Thursday, August 19, 2010

8.7 Window Flower




In August things are quieter in the garden. Most of our perennials have come and gone. I busy myself cutting off faded blooms, and cutting back dried foliage, flower stalks and stems. Meanwhile the morning glory takes a gulp of sunshine, mixes in a little water, and climbs voraciously – I don’t think it’s hungry but that’s what it looks like – up the shingles on the back of the house.
The vines form a pyramid under my work room window. I see the tendrils pirouette and twine against the screen. If I opened the window, I have no doubt they would come right in and begin turning my desk into a real, as opposed to a metaphorical, jungle.
You can see how abandoned houses soon get birch trees in the parlor.
This is our second year of planting morning glory – whose blooming habits are as good as its name – at the back of the house. Last year we built an ad hoc trellis from pieces made of lightweight wooden crisscrossed battens left behind by the two men who built our front porch. We drove the wood into the dirt and tacked the tops into the shingles. We planted the morning glory, an annual, in pots of soil. It was late in the season by the time we were ready so we bought seedlings. They climbed and bloomed in September.

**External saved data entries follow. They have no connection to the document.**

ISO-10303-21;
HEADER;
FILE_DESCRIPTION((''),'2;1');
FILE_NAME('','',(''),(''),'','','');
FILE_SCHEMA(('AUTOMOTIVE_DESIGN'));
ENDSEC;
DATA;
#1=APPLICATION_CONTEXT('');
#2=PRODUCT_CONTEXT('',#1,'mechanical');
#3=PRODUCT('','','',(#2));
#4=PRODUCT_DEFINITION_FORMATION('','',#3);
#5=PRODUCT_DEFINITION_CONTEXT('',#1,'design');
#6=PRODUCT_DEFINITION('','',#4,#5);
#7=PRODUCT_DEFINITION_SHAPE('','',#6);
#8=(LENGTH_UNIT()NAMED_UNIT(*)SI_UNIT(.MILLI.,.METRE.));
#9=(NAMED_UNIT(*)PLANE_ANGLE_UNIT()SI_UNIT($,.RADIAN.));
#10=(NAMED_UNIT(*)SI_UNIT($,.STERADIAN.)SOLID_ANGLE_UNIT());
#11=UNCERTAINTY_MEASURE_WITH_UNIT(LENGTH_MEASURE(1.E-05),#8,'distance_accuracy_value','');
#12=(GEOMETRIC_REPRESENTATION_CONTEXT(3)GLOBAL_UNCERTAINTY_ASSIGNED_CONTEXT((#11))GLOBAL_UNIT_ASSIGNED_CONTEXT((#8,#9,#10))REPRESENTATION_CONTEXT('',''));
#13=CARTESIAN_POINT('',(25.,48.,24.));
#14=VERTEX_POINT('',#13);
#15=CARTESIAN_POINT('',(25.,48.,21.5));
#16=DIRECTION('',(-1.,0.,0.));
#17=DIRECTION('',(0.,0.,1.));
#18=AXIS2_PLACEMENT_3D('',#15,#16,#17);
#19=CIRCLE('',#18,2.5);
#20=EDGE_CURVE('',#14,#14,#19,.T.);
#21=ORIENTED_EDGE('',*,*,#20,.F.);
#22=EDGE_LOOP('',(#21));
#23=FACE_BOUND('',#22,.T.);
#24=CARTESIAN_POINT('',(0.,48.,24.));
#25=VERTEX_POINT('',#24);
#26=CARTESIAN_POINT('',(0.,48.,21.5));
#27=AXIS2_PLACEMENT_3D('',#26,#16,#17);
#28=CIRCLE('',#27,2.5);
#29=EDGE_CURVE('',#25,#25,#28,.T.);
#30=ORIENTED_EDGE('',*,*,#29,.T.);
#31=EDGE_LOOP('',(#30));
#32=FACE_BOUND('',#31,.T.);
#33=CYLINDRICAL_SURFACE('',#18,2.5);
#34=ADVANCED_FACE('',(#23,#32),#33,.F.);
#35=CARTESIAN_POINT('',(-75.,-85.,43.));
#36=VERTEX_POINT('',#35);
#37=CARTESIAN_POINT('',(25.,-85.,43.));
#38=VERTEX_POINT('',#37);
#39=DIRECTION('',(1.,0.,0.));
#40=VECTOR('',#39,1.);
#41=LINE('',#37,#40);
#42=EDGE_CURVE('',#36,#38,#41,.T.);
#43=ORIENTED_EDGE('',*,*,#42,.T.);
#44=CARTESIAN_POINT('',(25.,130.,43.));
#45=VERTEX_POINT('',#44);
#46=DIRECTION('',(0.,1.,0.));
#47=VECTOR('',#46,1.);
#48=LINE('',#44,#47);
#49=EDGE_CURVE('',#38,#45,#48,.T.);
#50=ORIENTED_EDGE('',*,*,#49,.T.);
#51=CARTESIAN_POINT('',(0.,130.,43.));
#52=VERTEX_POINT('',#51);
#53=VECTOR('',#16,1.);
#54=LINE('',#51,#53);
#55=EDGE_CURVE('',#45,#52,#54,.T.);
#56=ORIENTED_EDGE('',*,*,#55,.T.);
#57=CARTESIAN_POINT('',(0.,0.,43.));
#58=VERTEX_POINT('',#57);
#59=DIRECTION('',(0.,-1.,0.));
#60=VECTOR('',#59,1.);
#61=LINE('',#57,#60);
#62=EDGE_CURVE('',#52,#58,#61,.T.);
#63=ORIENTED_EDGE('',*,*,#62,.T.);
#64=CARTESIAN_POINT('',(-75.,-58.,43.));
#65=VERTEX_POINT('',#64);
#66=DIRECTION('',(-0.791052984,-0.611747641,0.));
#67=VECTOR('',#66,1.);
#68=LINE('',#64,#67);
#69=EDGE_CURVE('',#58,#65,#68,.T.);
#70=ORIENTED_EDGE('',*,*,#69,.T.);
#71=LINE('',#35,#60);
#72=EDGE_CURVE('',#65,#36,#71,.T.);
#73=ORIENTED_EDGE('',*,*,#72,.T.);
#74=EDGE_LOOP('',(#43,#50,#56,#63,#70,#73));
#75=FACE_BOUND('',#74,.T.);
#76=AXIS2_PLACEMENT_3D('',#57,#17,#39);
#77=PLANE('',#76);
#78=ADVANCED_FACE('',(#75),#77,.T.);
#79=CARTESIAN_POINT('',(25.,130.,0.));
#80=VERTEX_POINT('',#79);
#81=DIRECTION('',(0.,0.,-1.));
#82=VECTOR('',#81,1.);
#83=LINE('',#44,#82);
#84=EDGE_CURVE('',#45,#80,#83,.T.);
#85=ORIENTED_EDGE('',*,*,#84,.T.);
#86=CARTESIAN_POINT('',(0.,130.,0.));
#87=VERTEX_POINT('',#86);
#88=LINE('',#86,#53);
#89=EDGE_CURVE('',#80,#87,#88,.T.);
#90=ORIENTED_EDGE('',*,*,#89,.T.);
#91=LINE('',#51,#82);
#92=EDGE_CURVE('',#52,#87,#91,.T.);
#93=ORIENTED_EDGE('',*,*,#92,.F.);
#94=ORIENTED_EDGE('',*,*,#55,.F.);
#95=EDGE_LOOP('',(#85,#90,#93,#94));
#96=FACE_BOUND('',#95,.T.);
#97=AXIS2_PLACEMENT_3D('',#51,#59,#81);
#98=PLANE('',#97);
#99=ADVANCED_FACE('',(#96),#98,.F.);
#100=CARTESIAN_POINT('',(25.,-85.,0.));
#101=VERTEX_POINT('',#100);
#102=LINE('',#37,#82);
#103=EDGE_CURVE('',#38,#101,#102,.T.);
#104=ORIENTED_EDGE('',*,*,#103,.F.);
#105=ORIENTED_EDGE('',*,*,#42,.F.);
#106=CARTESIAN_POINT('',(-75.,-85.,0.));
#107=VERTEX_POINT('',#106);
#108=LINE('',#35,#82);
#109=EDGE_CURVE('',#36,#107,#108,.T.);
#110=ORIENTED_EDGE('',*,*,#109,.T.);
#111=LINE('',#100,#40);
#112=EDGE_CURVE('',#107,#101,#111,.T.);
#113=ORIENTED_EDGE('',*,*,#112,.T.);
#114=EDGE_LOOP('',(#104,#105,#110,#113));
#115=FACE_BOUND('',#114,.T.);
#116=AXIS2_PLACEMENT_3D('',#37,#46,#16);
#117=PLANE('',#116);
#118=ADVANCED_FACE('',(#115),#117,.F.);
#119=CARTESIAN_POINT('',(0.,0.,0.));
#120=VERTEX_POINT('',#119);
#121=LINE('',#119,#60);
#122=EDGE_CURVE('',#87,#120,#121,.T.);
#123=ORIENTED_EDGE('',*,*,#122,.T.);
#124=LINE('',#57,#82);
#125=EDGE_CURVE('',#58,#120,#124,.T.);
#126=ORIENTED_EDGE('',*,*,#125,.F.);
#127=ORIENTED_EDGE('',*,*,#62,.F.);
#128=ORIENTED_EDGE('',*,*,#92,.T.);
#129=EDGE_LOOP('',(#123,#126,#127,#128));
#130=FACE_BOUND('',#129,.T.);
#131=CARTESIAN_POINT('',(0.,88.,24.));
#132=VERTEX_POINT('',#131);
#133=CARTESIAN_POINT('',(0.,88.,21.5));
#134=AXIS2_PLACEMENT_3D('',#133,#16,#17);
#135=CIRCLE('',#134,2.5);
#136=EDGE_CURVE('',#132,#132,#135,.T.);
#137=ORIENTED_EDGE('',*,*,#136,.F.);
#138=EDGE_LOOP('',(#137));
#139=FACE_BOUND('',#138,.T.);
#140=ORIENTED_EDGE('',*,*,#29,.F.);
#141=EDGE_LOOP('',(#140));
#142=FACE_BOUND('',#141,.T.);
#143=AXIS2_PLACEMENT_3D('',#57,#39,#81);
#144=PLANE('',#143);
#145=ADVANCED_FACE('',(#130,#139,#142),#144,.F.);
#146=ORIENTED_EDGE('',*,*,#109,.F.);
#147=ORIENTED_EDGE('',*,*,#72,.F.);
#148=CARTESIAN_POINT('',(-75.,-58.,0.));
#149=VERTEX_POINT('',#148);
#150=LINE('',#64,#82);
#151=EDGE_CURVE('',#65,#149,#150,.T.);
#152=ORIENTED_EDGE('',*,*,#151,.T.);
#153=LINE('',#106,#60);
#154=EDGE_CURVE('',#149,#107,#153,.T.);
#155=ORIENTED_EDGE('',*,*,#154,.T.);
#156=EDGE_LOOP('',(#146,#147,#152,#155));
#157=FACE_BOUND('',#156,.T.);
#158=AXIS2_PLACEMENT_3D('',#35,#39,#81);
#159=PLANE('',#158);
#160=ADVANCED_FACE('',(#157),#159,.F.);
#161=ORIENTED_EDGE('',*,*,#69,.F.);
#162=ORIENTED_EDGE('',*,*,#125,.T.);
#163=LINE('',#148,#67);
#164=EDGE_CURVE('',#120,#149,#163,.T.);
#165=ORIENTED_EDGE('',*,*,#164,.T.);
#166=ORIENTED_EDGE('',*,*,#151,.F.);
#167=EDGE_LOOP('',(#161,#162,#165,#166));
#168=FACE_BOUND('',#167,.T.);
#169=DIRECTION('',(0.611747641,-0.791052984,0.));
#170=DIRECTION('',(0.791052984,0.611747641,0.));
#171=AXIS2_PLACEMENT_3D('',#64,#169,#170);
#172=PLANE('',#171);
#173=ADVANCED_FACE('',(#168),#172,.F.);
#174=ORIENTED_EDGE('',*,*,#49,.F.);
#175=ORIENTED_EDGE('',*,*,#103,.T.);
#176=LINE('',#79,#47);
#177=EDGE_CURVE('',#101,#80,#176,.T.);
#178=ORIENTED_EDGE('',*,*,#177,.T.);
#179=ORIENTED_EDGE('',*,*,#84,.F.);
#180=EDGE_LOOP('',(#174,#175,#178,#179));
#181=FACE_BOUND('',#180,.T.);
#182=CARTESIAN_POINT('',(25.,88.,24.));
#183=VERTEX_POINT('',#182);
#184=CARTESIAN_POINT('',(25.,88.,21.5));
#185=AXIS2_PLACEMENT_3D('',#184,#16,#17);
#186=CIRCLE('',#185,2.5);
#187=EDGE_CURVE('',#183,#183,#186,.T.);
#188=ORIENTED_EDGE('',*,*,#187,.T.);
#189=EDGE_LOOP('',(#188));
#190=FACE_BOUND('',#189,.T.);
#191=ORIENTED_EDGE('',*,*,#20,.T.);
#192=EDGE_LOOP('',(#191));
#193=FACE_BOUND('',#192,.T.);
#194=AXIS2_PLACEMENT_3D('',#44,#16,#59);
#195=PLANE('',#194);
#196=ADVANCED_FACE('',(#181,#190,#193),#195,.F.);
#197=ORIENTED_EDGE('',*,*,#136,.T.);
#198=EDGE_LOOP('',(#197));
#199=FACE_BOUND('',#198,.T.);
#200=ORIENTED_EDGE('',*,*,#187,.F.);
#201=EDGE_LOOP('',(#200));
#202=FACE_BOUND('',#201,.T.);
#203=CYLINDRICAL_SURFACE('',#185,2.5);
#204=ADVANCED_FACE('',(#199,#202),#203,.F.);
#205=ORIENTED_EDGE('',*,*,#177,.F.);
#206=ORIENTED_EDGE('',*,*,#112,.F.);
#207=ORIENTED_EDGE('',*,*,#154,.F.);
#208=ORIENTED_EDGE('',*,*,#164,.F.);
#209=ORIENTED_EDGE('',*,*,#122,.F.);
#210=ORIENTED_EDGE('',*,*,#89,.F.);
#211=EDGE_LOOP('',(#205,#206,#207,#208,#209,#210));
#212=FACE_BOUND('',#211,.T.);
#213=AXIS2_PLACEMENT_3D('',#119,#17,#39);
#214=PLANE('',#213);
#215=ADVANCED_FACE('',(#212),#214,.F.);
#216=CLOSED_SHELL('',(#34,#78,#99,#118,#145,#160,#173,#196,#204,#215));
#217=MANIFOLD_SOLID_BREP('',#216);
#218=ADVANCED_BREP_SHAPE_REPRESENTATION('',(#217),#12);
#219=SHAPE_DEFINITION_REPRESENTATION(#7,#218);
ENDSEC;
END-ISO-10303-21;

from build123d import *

# Parameters (mm, degrees)
BOSS_EXTRUDE1_DEPTH = 43
SKETCH2_R           = 2.5
CUT_EXTRUDE1_DEPTH  = 25


with BuildPart() as part:
    # Sketch1 → Boss-Extrude1 (new body)
    with BuildSketch(Plane.XY):
        Polygon((0, 0), (0, 130), (25, 130), (25, -85), (-75, -85), (-75, -58), align=None)
    extrude(amount=BOSS_EXTRUDE1_DEPTH)

    # Sketch2 → Cut-Extrude1 (cut)
    with BuildSketch(Plane.ZY):
        with Locations((21.5, 88)):
            Circle(SKETCH2_R)
        with Locations((21.5, 48)):
            Circle(SKETCH2_R)
    extrude(amount=-CUT_EXTRUDE1_DEPTH, mode=Mode.SUBTRACT)


solid = part.part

This year we built the morning glory wall from seed. I planted the seed in my garden seedbed early in the season and transplanted the seedlings into the pots. They grew fast, climbed aggressively. I realized they needed a new height to strive for, and hammered some nails into the shingles below my window. Now the tendrils are climbing above the window. Ain’t no mountain high enough.

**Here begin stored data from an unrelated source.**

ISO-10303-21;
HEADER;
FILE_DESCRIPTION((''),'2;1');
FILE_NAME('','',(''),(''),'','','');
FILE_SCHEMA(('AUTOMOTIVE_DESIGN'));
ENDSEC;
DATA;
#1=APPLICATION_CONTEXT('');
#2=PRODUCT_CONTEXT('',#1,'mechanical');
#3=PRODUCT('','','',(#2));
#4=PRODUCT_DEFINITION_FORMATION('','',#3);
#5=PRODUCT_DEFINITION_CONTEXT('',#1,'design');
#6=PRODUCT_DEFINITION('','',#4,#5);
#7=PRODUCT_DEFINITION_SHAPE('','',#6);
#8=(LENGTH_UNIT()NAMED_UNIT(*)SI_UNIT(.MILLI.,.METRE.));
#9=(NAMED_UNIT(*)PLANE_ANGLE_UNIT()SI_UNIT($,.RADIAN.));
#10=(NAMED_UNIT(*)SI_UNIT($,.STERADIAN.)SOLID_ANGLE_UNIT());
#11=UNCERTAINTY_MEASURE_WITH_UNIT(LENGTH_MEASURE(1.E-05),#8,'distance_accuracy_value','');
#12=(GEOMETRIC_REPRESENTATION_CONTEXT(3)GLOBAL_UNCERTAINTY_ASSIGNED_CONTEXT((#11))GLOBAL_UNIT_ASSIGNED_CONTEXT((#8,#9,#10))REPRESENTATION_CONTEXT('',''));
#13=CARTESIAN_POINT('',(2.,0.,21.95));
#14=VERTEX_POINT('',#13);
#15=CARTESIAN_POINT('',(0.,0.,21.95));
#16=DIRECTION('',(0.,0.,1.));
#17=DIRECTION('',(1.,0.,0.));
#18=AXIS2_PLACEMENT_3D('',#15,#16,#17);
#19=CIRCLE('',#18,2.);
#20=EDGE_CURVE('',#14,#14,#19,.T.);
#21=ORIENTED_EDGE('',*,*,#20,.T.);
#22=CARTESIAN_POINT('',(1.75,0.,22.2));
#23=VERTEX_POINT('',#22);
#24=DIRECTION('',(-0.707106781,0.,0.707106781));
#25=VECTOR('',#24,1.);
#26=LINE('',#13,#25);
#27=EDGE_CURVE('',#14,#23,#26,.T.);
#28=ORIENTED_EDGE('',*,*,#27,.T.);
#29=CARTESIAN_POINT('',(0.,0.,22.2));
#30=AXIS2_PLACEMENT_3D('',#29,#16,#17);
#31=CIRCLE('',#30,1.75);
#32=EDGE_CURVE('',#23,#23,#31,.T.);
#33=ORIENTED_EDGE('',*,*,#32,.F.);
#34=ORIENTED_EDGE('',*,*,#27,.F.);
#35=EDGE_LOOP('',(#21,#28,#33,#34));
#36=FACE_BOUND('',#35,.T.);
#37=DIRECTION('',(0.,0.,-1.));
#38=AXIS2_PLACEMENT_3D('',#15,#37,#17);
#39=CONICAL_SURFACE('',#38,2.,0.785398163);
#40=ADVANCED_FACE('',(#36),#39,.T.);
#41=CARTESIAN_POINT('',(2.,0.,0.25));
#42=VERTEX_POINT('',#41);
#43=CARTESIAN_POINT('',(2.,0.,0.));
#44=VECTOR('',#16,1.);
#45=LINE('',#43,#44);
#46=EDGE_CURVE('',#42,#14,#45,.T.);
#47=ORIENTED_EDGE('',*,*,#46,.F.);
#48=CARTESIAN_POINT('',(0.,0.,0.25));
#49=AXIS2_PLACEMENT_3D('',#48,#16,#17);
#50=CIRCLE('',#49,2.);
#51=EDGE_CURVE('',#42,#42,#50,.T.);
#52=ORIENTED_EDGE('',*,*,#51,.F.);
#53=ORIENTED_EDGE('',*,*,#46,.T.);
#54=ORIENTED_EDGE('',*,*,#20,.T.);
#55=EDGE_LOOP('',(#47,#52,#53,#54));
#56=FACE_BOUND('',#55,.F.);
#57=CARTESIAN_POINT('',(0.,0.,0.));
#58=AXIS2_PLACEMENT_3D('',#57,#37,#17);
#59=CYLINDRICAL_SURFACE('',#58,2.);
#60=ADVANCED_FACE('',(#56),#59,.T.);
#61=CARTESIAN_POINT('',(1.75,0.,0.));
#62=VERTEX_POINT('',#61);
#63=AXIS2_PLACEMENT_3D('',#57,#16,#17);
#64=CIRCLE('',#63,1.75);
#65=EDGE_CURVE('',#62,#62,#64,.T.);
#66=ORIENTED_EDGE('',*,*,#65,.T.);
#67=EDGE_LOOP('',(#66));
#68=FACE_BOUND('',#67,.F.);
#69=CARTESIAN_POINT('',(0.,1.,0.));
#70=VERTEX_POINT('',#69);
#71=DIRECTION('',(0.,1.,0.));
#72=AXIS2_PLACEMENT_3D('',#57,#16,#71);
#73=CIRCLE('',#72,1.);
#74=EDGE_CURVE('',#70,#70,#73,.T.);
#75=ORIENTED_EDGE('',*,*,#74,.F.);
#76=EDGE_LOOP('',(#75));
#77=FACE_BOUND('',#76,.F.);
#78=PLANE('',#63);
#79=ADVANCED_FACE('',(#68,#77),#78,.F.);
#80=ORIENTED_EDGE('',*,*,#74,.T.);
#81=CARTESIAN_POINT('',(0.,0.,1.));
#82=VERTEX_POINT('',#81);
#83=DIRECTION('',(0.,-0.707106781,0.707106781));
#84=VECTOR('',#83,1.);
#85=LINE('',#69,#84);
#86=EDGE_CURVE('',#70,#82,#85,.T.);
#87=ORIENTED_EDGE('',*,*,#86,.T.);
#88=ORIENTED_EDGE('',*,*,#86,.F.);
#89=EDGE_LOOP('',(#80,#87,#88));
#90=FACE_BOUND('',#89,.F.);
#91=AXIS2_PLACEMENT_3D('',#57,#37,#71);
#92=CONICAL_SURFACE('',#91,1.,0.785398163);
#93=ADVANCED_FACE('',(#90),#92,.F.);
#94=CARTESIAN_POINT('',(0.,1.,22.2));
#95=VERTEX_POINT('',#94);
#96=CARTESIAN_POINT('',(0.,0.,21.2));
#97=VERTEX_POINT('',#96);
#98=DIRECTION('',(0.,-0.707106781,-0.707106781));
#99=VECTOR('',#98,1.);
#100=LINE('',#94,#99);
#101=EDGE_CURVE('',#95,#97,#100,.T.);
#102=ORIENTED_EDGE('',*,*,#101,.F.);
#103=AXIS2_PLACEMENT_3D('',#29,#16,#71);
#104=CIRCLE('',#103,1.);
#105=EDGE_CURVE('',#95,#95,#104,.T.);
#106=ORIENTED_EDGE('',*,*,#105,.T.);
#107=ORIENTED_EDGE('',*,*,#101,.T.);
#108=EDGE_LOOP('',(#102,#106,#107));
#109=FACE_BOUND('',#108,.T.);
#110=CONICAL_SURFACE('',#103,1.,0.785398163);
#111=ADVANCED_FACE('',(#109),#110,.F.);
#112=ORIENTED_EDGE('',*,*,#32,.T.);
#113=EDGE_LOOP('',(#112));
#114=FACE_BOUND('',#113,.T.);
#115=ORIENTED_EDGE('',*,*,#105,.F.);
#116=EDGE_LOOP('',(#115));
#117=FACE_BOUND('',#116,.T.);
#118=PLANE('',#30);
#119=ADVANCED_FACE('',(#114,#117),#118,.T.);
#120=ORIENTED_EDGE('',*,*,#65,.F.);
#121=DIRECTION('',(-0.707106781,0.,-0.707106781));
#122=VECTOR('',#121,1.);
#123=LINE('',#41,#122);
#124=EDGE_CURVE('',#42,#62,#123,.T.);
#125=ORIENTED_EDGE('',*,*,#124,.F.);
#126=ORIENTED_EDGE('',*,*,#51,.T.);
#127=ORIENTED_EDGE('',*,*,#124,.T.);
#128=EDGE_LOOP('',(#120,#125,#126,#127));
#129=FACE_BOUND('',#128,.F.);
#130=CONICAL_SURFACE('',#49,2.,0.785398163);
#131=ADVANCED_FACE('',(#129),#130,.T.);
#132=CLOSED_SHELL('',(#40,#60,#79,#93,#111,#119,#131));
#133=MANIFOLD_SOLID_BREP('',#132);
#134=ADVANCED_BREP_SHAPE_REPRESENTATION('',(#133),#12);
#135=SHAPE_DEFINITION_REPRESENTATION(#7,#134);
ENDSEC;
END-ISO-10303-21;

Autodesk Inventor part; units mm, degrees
ref_plane "YZ Plane" through (0, 0, 0) normal (1, 0, 0) x (0, 1, 0)
ref_plane "XZ Plane" through (0, 0, 0) normal (0, 1, 0) x (-1, 0, 0)
ref_plane "XY Plane" through (0, 0, 0) normal (0, 0, 1) x (1, 0, 0)
sketch "Sketch1" plane through (0, 0, 0) normal (0, 0, 1) x (1, 0, 0)
  circle A0 centre (0, 0) radius 2
  dimension "d0" = 4
extrude "Extrusion1" add sketch "Sketch1" along normal blind 22.2
chamfer "Chamfer1" distance 0.25 angle 45 2 edges at (-2, 0, 22.2) (-2, 0, 0)
sketch "Sketch2" plane through (0, 0, 0) normal (1, 0, 0) x (0, 1, 0)
  line L0 (2, 0.25) -> (1.75, 0) projected
  line L1 (1.75, 0) -> (-1.75, 0) projected
  line L2 (-1.75, 0) -> (-2, 0.25) projected
  line L3 (-2, 0.25) -> (-2, 21.95) projected
  line L4 (-2, 21.95) -> (-1.75, 22.2) projected
  line L5 (-1.75, 22.2) -> (1.75, 22.2) projected
  line L6 (1.75, 22.2) -> (2, 21.95) projected
  line L7 (2, 21.95) -> (2, 0.25) projected
  line L8 (-1.75, 22.2) -> (1.75, 22.2) projected
  line L9 (1, 22.2) -> (0, 21.2)
  line L10 (0, 21.2) -> (0, 22.2)
  line L11 (1, 0) -> (0, 1)
  line L12 (0, 1) -> (0, 0)
  line L13 (0, -4.4) -> (0, 26.4) projected
  dimension "d6" = 1
  dimension "d7" = 1
  dimension "d8" = 45
revolve "Revolution1" cut sketch "Sketch2" angle 360 about axis through (0, 0, -10) along (0, 0, 1) contours L1 L12 L11 | L9 L10 L5
equation "\"d7\" = d6"
properties part number "MotorBeltTensionerAxis"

Where will they go now? While we wait to find out, I’m kept busy watering the pots every day.
There comes a time in late summer every year when you turn to annuals for color. We’re had luck with a Mandeville rose we put in a big pot on the patio with its very own specially purchased trellis. It makes showy rose-red flowers, set off by deep green climbing foliage. As soon as it started growing we began speculating on how we could keep it alive over the winter.
After morning glory seedlings grew up and left the nursery, I grew cosmos in my seedbed. They sprouted thickly, too thickly, because (sentimentalist that I am) I never thin successful germinations. We ended up with a couple score of eager cosmos which I now realize were probably already too thin when I transplanted them. We now have thirty or so rather spindly cosmos plants scattered in strategic locations around the front and back gardens, making tall stems with little round discs of flower on top. A few, owners of the choicest location, are growing sturdier stalks and flowers in a small plot near the vegetables. Another art to master.
But the morning glory blossoms do light up the mornings in the waning days of summer.